■ WHAT YOU HAVE TO DO: Among the entries below, one stretch runs from the line that contains "v -96.52 -3.227 19.27" through the line that contains "v -72.45 17.181 -9.304". Repeat that stretch exactly, ends included, and only that.

(Stored items from a collection)

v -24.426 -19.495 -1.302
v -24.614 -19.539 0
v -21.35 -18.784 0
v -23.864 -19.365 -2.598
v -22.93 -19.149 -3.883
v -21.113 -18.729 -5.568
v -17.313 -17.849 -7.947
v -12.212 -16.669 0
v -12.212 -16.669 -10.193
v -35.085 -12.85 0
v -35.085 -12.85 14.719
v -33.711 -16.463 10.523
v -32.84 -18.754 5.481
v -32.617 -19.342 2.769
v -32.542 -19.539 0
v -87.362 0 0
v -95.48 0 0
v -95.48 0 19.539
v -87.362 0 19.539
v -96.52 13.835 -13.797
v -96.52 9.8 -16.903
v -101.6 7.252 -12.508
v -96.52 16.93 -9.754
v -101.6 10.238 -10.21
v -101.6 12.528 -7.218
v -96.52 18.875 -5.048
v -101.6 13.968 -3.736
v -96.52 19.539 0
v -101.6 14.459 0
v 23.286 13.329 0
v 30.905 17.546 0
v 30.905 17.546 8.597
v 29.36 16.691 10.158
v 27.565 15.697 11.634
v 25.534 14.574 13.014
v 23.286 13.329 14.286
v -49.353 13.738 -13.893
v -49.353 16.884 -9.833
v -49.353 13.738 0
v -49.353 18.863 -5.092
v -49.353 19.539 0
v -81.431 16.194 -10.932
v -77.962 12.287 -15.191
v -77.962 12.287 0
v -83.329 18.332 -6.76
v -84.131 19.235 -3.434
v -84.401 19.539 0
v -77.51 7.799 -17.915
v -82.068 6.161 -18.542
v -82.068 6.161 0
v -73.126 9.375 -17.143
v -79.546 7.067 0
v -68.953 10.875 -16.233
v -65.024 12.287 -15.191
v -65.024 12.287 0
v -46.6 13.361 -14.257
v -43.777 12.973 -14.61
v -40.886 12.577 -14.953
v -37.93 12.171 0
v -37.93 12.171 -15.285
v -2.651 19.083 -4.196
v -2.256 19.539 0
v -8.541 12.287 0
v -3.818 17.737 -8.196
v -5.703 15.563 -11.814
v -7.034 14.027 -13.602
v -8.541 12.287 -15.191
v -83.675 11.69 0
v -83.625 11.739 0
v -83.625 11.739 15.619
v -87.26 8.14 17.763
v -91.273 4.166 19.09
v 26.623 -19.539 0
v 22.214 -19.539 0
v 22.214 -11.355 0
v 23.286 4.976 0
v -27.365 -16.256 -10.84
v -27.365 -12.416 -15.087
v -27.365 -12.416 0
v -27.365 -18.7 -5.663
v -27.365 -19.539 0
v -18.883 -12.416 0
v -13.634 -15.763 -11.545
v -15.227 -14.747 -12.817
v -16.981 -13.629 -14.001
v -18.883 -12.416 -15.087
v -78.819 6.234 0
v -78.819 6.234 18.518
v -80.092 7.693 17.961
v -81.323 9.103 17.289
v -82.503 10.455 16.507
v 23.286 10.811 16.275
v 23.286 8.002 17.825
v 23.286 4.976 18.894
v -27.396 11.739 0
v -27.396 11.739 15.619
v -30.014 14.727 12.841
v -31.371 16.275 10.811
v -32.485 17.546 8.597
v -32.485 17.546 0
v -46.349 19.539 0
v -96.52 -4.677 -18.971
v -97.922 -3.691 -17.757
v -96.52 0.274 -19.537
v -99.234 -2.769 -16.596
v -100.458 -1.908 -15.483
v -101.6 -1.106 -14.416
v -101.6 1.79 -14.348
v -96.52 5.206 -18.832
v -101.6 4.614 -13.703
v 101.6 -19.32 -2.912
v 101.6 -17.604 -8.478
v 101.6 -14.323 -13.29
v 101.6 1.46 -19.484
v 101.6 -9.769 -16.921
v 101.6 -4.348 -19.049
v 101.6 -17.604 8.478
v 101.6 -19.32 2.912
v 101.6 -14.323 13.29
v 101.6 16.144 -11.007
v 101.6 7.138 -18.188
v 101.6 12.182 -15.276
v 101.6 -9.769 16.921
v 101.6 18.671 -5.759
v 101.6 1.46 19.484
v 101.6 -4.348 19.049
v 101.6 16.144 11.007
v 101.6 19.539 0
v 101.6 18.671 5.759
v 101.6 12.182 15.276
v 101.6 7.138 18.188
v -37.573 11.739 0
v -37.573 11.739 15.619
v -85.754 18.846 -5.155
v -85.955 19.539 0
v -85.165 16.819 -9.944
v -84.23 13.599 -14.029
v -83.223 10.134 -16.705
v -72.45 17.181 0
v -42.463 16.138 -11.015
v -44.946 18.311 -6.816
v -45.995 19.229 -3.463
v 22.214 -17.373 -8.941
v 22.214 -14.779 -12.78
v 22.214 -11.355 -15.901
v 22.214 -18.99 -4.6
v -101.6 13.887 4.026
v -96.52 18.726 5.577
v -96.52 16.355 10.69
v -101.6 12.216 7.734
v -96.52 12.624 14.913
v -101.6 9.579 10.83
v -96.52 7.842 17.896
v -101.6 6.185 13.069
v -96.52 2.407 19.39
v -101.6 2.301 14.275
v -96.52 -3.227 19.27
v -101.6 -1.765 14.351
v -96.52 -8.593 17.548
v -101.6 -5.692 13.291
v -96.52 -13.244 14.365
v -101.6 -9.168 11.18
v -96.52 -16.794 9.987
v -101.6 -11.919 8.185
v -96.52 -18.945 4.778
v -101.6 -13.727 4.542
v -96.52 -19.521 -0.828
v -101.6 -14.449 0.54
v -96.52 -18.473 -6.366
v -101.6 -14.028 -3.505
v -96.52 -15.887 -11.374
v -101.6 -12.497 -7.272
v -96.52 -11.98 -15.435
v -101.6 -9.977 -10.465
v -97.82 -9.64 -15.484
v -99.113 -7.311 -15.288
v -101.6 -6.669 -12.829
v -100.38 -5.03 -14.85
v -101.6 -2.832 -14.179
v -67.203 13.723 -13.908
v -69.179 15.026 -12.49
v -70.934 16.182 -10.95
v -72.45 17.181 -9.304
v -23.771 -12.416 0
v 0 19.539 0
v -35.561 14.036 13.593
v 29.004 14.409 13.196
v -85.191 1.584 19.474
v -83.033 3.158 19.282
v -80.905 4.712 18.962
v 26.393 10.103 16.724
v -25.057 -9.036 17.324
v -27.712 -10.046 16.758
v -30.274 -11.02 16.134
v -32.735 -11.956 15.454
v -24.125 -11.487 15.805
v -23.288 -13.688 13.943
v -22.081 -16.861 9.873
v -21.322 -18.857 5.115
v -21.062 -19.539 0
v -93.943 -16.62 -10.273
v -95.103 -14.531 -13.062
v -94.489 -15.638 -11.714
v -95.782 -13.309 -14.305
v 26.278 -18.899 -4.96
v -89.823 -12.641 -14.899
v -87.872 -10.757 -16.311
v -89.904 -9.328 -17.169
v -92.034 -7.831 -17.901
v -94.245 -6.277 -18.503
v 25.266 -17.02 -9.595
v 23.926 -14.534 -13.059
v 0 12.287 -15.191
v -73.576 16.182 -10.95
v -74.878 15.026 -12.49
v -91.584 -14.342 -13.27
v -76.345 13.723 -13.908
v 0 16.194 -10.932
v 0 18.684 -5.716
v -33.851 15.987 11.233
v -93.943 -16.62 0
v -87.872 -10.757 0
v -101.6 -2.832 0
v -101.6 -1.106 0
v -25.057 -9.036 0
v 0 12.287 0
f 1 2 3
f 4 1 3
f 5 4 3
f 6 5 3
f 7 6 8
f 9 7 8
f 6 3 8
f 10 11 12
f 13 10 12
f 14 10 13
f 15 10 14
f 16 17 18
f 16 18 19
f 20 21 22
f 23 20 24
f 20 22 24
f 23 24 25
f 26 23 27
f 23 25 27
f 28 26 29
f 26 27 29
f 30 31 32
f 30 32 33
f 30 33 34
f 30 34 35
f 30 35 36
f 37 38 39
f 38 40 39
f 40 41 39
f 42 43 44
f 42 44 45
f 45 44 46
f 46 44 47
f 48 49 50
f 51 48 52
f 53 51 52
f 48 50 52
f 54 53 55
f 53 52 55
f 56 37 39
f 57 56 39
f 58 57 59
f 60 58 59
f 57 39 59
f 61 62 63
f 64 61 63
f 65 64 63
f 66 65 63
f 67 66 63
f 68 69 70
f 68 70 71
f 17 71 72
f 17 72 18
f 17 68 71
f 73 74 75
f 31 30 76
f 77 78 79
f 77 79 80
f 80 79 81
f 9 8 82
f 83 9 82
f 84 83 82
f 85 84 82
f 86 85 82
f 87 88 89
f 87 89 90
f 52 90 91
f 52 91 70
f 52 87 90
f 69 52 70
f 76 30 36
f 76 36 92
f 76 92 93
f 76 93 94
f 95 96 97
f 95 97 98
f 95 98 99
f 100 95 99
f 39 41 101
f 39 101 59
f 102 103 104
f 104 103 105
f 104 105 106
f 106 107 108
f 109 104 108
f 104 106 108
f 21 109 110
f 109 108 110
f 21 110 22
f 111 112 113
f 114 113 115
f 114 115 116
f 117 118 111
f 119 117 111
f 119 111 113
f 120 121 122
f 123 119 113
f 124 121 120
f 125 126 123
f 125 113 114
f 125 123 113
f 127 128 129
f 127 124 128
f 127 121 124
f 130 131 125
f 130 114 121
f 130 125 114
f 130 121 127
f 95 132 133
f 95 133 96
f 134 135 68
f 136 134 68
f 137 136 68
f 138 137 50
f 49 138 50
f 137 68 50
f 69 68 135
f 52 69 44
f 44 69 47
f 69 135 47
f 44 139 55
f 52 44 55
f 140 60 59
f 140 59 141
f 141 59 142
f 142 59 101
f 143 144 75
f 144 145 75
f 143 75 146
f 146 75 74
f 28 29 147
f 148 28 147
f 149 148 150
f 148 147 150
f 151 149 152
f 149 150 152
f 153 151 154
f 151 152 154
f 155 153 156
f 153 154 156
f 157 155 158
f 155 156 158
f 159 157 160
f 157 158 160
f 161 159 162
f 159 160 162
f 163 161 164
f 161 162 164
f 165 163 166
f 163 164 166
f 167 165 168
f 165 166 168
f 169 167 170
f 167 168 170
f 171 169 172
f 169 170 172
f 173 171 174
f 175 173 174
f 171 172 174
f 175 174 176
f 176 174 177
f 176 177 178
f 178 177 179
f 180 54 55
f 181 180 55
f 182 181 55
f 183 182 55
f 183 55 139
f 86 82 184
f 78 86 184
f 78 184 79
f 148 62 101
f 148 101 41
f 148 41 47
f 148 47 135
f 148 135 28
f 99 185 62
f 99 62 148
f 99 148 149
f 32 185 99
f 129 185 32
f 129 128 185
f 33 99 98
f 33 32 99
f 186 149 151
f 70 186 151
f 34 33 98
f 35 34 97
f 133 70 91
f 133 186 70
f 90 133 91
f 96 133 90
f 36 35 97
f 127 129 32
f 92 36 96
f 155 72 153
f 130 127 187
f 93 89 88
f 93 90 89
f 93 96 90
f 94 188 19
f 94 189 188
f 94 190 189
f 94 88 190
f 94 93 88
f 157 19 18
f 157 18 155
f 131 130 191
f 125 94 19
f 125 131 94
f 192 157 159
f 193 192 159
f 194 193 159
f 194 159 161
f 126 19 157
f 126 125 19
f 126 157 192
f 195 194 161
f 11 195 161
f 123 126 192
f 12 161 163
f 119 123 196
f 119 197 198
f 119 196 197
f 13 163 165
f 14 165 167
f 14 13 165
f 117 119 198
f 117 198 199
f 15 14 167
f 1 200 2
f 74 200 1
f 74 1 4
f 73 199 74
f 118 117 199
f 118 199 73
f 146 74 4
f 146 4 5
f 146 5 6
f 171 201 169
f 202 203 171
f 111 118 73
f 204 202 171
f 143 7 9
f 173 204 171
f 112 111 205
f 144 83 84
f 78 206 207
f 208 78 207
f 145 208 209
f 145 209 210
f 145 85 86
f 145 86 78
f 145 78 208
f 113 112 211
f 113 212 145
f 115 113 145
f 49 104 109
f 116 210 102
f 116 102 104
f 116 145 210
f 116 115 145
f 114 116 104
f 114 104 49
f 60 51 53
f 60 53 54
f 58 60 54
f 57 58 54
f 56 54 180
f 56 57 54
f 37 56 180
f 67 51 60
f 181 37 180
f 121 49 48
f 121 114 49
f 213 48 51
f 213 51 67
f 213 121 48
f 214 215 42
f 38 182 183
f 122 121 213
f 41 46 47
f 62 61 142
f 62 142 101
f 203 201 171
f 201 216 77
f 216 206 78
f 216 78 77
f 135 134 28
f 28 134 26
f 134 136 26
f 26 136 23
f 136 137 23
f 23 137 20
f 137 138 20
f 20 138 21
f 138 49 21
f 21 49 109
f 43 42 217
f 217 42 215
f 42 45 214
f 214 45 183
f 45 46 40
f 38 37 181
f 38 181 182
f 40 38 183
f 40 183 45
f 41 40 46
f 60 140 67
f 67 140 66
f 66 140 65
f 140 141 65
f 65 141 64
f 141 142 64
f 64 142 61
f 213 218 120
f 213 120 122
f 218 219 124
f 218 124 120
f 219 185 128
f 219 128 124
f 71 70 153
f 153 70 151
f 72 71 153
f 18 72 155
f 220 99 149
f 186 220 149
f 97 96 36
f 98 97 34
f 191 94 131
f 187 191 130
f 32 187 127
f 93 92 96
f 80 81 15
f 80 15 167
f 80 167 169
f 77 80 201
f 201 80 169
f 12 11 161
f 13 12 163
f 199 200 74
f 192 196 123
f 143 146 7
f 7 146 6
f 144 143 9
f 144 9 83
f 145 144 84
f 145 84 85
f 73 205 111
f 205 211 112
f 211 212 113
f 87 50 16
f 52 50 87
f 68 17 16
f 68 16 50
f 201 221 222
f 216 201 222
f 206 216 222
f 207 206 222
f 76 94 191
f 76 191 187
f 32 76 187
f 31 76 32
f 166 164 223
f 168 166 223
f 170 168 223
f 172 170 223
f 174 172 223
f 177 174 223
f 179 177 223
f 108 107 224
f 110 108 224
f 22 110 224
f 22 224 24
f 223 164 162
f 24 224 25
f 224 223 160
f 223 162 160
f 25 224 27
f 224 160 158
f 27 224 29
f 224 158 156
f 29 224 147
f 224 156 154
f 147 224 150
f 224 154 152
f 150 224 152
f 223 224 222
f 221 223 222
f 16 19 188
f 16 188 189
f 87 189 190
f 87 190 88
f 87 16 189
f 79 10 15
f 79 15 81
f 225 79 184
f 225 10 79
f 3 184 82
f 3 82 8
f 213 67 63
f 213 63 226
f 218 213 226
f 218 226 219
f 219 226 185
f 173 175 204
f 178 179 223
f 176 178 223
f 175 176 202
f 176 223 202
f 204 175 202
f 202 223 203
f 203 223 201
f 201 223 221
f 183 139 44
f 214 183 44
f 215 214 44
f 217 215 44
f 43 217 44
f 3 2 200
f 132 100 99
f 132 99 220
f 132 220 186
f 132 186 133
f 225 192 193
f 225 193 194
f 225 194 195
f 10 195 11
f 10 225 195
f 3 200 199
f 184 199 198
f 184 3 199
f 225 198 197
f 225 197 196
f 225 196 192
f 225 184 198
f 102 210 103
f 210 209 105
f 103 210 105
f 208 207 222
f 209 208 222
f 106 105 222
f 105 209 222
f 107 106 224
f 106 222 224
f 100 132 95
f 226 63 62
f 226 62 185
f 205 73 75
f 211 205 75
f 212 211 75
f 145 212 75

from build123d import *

# Parameters (mm, degrees)
F0_R        = 19.5387268204
F1_DEPTH    = 101.6
F3_DEPTH    = 38.1
F5_DEPTH    = 25.4
F7_DEPTH    = 25.4
F8_T2_ANGLE = 300.1049055837
F8_T4_ANGLE = 131.5703123603


# Not quite as in the source:
# - a fillet or chamfer that OpenCascade refuses, or shapes differently, is made with other operations: its cross-section is extruded or revolved along the edge and cut away or added


with BuildPart() as f1:
    # F0 (on Right) → F1 (new body, symmetric)
    with BuildSketch(Plane.YZ):
        Circle(F0_R)
    extrude(amount=F1_DEPTH, both=True)

    # F2 (on Top) → F3 (cut)
    with BuildSketch(Plane.XY):
        Polygon((-49.3527501822, 13.7382084504), (-37.9295572639, 12.1708353981), (-49.3527501822, 22.1678428352), align=None)
    extrude(amount=-F3_DEPTH, mode=Mode.SUBTRACT)

    # F4 (on Top) → F5 (cut)
    with BuildSketch(Plane.XY):
        Polygon((-103.1729057431, 0), (-93.9432457089, -16.6200213134), (-87.8715068102, -10.7566714287), align=None)
        Polygon((22.2135502845, -11.3549903035), (22.2135502845, -20.1754160225), (26.9660595804, -20.1754160225), align=None)
        Polygon((-77.9622271657, 12.2874397784), (-86.7114588618, 22.1413038671), (-82.0683091879, 6.1605265364), (-65.0239139795, 12.2874397784), (-72.4504972355, 17.1812968249), align=None)
        Polygon((0, 22.1413038671), (-8.541457355, 12.2874397784), (0, 12.2874397784), align=None)
        Polygon((-27.3653976619, -12.4159986153), (-27.3653976619, -20.1754160225), (-12.2119756415, -16.6692733765), (-18.8832655549, -12.4159986153), align=None)
    extrude(amount=-F5_DEPTH, mode=Mode.SUBTRACT)

    # F6 (on Top) → F7 (cut)
    with BuildSketch(Plane.XY):
        Polygon((-32.052900187, -20.8235712349), (-20.0643315911, -22.1631750464), (-25.0567086041, -9.0359868482), (-35.0853319095, -12.8499542954), align=None)
        Polygon((23.2855007052, 4.9763009883), (30.9053044766, 17.5455939025), (23.2855007052, 13.3292628452), align=None)
        Polygon((-78.8187682629, 6.2337135896), (-83.6249142885, 11.739499867), (-95.4798087478, 0), (-87.3620659113, 0), align=None)
        Polygon((-32.4846748263, 17.5455939025), (-37.5734344125, 11.739499867), (-27.39591524, 11.739499867), align=None)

■ WRITTEN REPLY:
v -96.52 -3.227 19.27
v -101.6 -1.765 14.351
v -96.52 -8.593 17.548
v -101.6 -5.692 13.291
v -96.52 -13.244 14.365
v -101.6 -9.168 11.18
v -96.52 -16.794 9.987
v -101.6 -11.919 8.185
v -96.52 -18.945 4.778
v -101.6 -13.727 4.542
v -96.52 -19.521 -0.828
v -101.6 -14.449 0.54
v -96.52 -18.473 -6.366
v -101.6 -14.028 -3.505
v -96.52 -15.887 -11.374
v -101.6 -12.497 -7.272
v -96.52 -11.98 -15.435
v -101.6 -9.977 -10.465
v -97.82 -9.64 -15.484
v -99.113 -7.311 -15.288
v -101.6 -6.669 -12.829
v -100.38 -5.03 -14.85
v -101.6 -2.832 -14.179
v -67.203 13.723 -13.908
v -69.179 15.026 -12.49
v -70.934 16.182 -10.95
v -72.45 17.181 -9.304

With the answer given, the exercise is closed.